— Supplied information —
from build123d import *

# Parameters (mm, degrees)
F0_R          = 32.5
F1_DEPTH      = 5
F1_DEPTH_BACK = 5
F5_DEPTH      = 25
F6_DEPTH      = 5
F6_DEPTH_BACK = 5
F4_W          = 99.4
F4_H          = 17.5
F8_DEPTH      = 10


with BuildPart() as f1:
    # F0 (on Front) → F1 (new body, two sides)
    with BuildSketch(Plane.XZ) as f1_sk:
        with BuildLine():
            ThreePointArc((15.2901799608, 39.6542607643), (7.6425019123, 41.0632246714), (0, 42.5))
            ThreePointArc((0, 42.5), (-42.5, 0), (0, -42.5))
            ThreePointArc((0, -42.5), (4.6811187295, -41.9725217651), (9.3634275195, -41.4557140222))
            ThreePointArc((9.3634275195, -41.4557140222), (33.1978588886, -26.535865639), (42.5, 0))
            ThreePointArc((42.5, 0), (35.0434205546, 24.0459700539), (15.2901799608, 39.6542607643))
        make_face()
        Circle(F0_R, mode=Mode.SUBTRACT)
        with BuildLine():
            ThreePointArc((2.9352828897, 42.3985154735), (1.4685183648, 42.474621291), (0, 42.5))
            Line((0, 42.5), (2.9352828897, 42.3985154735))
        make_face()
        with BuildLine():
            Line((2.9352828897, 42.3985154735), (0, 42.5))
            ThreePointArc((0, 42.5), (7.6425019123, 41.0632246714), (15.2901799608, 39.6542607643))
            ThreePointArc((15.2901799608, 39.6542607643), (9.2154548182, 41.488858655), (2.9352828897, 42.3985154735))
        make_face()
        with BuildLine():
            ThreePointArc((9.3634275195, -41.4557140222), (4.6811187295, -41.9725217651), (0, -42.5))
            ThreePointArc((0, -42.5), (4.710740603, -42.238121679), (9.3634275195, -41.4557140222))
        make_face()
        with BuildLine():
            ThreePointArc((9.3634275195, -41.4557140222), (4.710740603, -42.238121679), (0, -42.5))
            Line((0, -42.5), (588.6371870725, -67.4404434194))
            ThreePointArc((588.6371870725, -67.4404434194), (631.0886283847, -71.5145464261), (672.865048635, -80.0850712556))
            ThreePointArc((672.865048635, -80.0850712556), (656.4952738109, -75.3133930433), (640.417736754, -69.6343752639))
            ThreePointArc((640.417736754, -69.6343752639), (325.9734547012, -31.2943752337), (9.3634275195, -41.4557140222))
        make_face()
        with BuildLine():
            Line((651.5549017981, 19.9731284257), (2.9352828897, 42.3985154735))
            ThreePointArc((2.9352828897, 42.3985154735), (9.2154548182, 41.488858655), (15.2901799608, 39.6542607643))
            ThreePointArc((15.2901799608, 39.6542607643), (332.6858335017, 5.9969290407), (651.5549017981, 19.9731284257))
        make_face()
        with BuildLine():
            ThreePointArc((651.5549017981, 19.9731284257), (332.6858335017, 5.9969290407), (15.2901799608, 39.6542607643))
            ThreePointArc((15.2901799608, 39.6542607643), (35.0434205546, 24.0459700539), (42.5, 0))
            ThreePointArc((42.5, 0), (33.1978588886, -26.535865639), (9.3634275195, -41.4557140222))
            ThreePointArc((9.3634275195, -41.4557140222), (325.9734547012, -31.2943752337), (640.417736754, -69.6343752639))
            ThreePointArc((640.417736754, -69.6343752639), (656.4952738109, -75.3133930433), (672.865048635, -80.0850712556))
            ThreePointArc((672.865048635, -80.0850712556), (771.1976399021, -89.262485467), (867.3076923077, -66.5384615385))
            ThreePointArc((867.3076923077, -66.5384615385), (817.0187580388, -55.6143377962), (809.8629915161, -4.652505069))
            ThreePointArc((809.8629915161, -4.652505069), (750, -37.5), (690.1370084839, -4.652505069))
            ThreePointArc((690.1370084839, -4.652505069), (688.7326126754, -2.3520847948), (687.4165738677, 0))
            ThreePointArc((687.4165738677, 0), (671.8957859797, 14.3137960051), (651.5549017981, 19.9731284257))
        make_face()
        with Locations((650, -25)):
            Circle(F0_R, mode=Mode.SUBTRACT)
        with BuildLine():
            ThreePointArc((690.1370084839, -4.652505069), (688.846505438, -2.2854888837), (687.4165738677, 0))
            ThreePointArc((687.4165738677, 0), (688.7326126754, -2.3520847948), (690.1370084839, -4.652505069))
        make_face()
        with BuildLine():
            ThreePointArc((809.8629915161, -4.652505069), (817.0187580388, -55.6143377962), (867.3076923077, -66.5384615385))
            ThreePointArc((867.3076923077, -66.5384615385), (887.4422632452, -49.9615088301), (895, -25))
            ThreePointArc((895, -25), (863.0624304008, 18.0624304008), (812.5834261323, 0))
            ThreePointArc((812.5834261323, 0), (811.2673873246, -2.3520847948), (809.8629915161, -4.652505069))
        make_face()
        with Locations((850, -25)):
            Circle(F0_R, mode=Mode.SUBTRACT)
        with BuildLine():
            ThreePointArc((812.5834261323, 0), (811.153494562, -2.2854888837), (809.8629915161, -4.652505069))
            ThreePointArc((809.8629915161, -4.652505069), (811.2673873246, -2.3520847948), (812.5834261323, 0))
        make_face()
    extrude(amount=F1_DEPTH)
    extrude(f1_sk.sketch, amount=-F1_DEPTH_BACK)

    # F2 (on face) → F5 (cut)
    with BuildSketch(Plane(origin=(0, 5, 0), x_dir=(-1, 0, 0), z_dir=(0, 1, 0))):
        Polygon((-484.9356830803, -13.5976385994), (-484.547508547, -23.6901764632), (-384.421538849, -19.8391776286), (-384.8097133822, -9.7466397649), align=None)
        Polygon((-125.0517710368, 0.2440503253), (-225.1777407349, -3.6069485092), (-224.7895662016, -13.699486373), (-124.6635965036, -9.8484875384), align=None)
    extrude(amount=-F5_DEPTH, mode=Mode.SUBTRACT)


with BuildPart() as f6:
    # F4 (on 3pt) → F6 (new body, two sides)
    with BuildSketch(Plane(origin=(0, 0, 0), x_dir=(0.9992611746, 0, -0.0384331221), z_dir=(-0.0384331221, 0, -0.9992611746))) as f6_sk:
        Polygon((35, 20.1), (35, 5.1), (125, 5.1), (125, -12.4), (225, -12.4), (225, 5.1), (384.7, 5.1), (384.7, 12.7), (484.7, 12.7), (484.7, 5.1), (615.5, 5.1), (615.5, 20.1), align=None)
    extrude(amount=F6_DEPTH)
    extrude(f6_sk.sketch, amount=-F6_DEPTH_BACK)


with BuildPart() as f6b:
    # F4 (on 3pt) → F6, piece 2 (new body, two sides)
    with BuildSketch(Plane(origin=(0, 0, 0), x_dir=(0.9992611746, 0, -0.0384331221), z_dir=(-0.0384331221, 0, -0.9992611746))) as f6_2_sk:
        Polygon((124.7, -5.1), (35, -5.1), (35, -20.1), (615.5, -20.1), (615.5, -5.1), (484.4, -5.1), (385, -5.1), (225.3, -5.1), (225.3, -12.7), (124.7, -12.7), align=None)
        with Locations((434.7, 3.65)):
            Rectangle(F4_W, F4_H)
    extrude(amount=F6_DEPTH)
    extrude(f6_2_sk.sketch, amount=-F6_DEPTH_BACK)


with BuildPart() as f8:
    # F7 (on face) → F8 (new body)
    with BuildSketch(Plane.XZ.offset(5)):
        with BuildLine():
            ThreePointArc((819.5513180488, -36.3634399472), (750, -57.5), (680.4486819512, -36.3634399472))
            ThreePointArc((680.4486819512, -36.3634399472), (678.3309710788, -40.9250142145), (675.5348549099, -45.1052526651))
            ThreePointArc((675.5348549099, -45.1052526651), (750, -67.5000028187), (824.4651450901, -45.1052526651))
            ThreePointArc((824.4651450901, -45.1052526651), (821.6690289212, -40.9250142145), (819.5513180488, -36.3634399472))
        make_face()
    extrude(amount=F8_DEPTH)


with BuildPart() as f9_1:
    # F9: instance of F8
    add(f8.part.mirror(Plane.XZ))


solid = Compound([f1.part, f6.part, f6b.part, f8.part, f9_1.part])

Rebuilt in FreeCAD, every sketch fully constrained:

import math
import FreeCAD as App
import Part
import Sketcher
Q = App.Units.Quantity

doc = App.newDocument("Part")
body = doc.addObject("PartDesign::Body", "Body")

# Sketch on XZ plane
sketch1 = body.newObject("Sketcher::SketchObject", "Sketch")
sketch1.AttachmentSupport = (doc.getObject("XZ_Plane"), [""])
sketch1.MapMode = "FlatFace"
sketch1.addGeometry([
    Part.LineSegment(App.Vector(651.6, 20, 0), App.Vector(2.9, 42.4, 0)),  # 0
    Part.ArcOfCircle(Part.Circle(App.Vector(0, 0, 0), App.Vector(0, 0, 1), 42.5), math.radians(86.04), math.radians(90)),  # 1
    Part.ArcOfCircle(Part.Circle(App.Vector(0, 0, 0), App.Vector(0, 0, 1), 42.5), math.radians(90), math.radians(270)),  # 2
    Part.LineSegment(App.Vector(0, -42.5, 0), App.Vector(588.6, -67.4, 0)),  # 3
    Part.ArcOfCircle(Part.Circle(App.Vector(571.7, -467.1, 0), App.Vector(0, 0, 1), 400), math.radians(75.35), math.radians(87.57)),  # 4
    Part.ArcOfCircle(Part.Circle(App.Vector(750, 215, 0), App.Vector(0, 0, 1), 305), math.radians(-105), math.radians(-67)),  # 5
    Part.ArcOfCircle(Part.Circle(App.Vector(850, -25, 0), App.Vector(0, 0, 1), 45), math.radians(-67), math.radians(0)),  # 6
    Part.ArcOfCircle(Part.Circle(App.Vector(850, -25, 0), App.Vector(0, 0, 1), 45), math.radians(0), math.radians(146)),  # 7
    Part.ArcOfCircle(Part.Circle(App.Vector(850, -25, 0), App.Vector(0, 0, 1), 45), math.radians(146.25), math.radians(153.12)),  # 8
    Part.ArcOfCircle(Part.Circle(App.Vector(750, 33.5, 0), App.Vector(0, 0, 1), 71), math.radians(-148), math.radians(-32)),  # 9
    Part.ArcOfCircle(Part.Circle(App.Vector(650, -25, 0), App.Vector(0, 0, 1), 45), math.radians(26.88), math.radians(33.75)),  # 10
    Part.ArcOfCircle(Part.Circle(App.Vector(650, -25, 0), App.Vector(0, 0, 1), 45), math.radians(34), math.radians(88)),  # 11
    Part.Circle(App.Vector(650, -25, 0), App.Vector(0, 0, 1), 32.5),  # 12
    Part.Circle(App.Vector(850, -25, 0), App.Vector(0, 0, 1), 32.5),  # 13
    Part.Circle(App.Vector(0, 0, 0), App.Vector(0, 0, 1), 32.5),  # 14
], False)
sketch1.addConstraint([
    Sketcher.Constraint("Coincident", 0, 2, 1, 1),
    Sketcher.Constraint("Tangent", 1, 2, 2, 1),
    Sketcher.Constraint("Coincident", 2, 2, 3, 1),
    Sketcher.Constraint("Tangent", 3, 2, 4, 2),
    Sketcher.Constraint("Tangent", 4, 1, 5, 1),
    Sketcher.Constraint("Tangent", 5, 2, 6, 1),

— Your instructions —
Your answer should consist of the lines from the material that contain "SUBTRACT".

— Written response —
        Circle(F0_R, mode=Mode.SUBTRACT)
            Circle(F0_R, mode=Mode.SUBTRACT)
            Circle(F0_R, mode=Mode.SUBTRACT)
    extrude(amount=-F5_DEPTH, mode=Mode.SUBTRACT)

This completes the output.